▶ TASK
In the records below, find the line that contains "v 19.964 5.672 0.573" and the line that contains "v 5.286 5.339 1.118", then retype exactly those two lines and every line between them.

(Stored items)
= = = = = = =

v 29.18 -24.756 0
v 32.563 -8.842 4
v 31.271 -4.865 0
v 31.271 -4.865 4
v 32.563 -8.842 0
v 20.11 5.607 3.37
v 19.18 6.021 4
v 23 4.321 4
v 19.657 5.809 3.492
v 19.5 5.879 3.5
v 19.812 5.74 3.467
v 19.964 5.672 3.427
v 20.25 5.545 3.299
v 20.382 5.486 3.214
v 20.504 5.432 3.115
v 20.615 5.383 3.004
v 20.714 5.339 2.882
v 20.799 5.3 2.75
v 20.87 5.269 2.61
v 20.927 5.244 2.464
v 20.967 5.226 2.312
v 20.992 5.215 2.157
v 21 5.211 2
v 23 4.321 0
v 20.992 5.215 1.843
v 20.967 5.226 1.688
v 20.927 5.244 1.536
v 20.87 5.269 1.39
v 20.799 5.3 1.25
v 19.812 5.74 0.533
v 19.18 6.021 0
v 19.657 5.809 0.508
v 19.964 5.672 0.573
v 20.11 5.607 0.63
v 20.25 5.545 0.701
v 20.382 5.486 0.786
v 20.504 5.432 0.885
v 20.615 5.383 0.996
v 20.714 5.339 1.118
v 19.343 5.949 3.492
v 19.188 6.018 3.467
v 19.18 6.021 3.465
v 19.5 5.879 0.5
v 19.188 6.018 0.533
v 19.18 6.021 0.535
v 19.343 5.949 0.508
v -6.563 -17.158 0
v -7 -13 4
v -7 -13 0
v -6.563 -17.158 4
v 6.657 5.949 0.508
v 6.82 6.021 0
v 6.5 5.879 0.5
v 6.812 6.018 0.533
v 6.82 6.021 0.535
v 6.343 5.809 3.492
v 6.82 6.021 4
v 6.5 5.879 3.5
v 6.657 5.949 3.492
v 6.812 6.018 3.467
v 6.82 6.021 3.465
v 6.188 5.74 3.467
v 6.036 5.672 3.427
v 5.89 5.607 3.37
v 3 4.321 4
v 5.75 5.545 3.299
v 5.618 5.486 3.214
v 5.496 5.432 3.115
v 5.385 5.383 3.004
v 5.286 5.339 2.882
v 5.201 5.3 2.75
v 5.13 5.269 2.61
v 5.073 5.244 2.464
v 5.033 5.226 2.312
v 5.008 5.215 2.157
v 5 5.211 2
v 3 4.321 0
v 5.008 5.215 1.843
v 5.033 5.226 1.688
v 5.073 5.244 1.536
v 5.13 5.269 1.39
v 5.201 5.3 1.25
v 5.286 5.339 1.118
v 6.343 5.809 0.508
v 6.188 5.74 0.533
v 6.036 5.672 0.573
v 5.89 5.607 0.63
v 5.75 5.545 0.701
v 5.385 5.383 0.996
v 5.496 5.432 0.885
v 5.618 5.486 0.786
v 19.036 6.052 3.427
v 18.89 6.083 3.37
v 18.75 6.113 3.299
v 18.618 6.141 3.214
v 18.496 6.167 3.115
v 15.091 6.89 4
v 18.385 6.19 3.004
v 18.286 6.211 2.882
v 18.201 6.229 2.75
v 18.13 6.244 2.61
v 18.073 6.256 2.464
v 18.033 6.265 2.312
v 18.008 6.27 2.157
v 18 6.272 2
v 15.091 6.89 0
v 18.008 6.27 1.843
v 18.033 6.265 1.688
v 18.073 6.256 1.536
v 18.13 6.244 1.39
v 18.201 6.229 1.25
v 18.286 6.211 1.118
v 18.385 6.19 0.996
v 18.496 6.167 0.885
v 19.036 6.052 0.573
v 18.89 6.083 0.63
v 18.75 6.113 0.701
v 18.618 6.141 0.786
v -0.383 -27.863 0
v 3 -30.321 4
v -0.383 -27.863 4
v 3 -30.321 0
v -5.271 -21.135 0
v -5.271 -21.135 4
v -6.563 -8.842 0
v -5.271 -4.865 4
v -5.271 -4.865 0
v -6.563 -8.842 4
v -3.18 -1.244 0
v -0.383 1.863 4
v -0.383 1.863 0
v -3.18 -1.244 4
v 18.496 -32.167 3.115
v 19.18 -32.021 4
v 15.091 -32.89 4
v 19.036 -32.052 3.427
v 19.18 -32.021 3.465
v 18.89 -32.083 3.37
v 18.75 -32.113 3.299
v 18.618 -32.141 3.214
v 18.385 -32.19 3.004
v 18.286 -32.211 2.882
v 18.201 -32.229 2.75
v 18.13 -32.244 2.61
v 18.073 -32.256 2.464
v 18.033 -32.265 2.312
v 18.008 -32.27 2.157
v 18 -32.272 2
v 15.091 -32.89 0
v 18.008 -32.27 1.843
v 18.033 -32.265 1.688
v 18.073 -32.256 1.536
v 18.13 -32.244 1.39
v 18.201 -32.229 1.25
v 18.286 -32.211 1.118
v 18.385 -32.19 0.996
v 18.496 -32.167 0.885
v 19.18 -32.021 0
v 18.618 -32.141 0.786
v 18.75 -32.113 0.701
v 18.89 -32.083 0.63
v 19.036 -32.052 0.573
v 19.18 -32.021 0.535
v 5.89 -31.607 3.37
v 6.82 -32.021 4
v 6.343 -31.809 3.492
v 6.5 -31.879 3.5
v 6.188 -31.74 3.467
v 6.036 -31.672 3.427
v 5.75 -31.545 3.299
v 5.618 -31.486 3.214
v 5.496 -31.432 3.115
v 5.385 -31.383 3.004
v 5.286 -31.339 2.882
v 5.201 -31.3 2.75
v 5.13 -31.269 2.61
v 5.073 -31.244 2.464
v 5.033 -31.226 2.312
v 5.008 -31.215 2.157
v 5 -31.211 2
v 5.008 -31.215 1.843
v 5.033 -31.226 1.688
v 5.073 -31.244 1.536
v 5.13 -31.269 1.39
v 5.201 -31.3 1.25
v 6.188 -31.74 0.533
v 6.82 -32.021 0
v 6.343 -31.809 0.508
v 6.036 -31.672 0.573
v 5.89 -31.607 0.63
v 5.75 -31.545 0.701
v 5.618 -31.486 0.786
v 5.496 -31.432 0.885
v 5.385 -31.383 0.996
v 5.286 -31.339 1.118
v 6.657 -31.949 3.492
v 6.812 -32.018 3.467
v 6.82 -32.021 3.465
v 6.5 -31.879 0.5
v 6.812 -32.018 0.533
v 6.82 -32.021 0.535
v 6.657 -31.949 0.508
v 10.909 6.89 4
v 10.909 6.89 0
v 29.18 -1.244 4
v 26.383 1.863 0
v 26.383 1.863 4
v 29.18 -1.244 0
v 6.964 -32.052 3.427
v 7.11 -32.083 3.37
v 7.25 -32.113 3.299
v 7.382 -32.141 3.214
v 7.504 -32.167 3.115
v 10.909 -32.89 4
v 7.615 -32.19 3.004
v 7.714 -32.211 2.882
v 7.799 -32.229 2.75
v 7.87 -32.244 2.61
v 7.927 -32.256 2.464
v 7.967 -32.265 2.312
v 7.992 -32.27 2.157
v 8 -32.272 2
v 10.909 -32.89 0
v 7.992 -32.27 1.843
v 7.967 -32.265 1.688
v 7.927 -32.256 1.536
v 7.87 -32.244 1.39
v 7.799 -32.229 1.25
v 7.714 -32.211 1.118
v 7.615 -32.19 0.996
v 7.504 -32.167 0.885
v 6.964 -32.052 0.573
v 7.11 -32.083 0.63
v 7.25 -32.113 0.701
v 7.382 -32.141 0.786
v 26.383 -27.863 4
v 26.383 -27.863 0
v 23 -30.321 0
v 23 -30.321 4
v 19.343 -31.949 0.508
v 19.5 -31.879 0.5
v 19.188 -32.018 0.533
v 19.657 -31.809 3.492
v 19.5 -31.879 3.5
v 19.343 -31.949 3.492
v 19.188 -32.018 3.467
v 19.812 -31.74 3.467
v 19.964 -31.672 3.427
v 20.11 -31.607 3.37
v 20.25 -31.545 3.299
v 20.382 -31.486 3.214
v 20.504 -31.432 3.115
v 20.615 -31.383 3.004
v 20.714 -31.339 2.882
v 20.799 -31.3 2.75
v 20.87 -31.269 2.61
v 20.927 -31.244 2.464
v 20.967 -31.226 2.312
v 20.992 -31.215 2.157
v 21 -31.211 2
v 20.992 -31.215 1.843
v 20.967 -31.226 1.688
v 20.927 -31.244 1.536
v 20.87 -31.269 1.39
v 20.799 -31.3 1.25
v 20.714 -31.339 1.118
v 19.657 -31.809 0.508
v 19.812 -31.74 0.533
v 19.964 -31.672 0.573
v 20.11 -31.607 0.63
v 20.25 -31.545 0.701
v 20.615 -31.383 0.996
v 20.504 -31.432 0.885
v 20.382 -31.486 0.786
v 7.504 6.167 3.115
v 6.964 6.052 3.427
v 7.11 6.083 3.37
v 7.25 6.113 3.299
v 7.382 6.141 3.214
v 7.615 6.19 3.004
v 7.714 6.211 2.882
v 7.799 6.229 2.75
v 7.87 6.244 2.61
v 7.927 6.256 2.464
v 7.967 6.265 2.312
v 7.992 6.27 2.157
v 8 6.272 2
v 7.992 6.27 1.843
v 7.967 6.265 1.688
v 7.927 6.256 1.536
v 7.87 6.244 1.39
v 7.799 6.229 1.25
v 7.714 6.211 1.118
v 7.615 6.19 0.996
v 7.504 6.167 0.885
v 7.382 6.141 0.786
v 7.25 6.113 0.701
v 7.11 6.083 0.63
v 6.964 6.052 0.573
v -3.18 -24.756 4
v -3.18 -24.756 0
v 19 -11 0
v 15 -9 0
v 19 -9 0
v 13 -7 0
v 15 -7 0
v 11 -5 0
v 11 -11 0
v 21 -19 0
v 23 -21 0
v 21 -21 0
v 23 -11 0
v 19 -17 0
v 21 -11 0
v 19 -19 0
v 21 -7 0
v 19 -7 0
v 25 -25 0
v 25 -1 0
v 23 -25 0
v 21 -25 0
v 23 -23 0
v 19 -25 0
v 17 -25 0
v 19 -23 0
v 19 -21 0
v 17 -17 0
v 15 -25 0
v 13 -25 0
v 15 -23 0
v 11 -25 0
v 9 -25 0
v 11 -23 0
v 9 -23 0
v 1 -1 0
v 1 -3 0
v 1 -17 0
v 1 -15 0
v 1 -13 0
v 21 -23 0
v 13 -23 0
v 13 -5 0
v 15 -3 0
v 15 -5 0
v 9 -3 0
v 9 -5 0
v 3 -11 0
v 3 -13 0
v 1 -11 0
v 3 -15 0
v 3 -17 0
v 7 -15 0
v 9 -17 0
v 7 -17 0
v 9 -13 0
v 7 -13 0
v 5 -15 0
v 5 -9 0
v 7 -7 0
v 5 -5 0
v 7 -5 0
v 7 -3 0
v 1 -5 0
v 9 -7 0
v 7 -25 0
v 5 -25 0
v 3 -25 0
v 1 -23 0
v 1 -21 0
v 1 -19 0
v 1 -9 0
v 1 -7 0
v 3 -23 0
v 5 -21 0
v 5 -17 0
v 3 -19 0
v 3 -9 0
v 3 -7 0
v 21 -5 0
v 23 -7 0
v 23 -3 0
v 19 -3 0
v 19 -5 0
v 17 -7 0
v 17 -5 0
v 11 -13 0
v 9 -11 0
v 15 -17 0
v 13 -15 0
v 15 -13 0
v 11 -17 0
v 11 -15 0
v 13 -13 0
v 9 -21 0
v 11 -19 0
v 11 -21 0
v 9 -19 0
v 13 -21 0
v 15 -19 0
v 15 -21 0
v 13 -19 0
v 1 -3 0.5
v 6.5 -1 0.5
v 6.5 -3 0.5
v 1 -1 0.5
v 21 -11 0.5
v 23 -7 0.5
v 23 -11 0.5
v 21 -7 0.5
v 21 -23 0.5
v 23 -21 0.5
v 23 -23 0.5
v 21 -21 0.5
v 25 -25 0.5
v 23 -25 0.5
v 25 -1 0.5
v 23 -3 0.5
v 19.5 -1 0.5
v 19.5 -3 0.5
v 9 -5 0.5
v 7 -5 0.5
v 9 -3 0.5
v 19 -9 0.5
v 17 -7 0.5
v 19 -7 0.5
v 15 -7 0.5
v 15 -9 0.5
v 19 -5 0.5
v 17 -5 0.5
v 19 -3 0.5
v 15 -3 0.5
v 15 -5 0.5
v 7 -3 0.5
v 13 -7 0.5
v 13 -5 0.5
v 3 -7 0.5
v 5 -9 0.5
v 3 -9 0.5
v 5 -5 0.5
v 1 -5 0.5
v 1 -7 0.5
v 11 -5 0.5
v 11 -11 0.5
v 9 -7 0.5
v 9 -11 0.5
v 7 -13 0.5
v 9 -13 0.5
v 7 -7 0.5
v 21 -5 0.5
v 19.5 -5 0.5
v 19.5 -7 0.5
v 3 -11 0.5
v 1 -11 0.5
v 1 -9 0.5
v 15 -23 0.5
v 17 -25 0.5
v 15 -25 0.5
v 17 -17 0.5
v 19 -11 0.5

= = = = = = =

▶ TASK RESPONSE
v 19.964 5.672 0.573
v 20.11 5.607 0.63
v 20.25 5.545 0.701
v 20.382 5.486 0.786
v 20.504 5.432 0.885
v 20.615 5.383 0.996
v 20.714 5.339 1.118
v 19.343 5.949 3.492
v 19.188 6.018 3.467
v 19.18 6.021 3.465
v 19.5 5.879 0.5
v 19.188 6.018 0.533
v 19.18 6.021 0.535
v 19.343 5.949 0.508
v -6.563 -17.158 0
v -7 -13 4
v -7 -13 0
v -6.563 -17.158 4
v 6.657 5.949 0.508
v 6.82 6.021 0
v 6.5 5.879 0.5
v 6.812 6.018 0.533
v 6.82 6.021 0.535
v 6.343 5.809 3.492
v 6.82 6.021 4
v 6.5 5.879 3.5
v 6.657 5.949 3.492
v 6.812 6.018 3.467
v 6.82 6.021 3.465
v 6.188 5.74 3.467
v 6.036 5.672 3.427
v 5.89 5.607 3.37
v 3 4.321 4
v 5.75 5.545 3.299
v 5.618 5.486 3.214
v 5.496 5.432 3.115
v 5.385 5.383 3.004
v 5.286 5.339 2.882
v 5.201 5.3 2.75
v 5.13 5.269 2.61
v 5.073 5.244 2.464
v 5.033 5.226 2.312
v 5.008 5.215 2.157
v 5 5.211 2
v 3 4.321 0
v 5.008 5.215 1.843
v 5.033 5.226 1.688
v 5.073 5.244 1.536
v 5.13 5.269 1.39
v 5.201 5.3 1.25
v 5.286 5.339 1.118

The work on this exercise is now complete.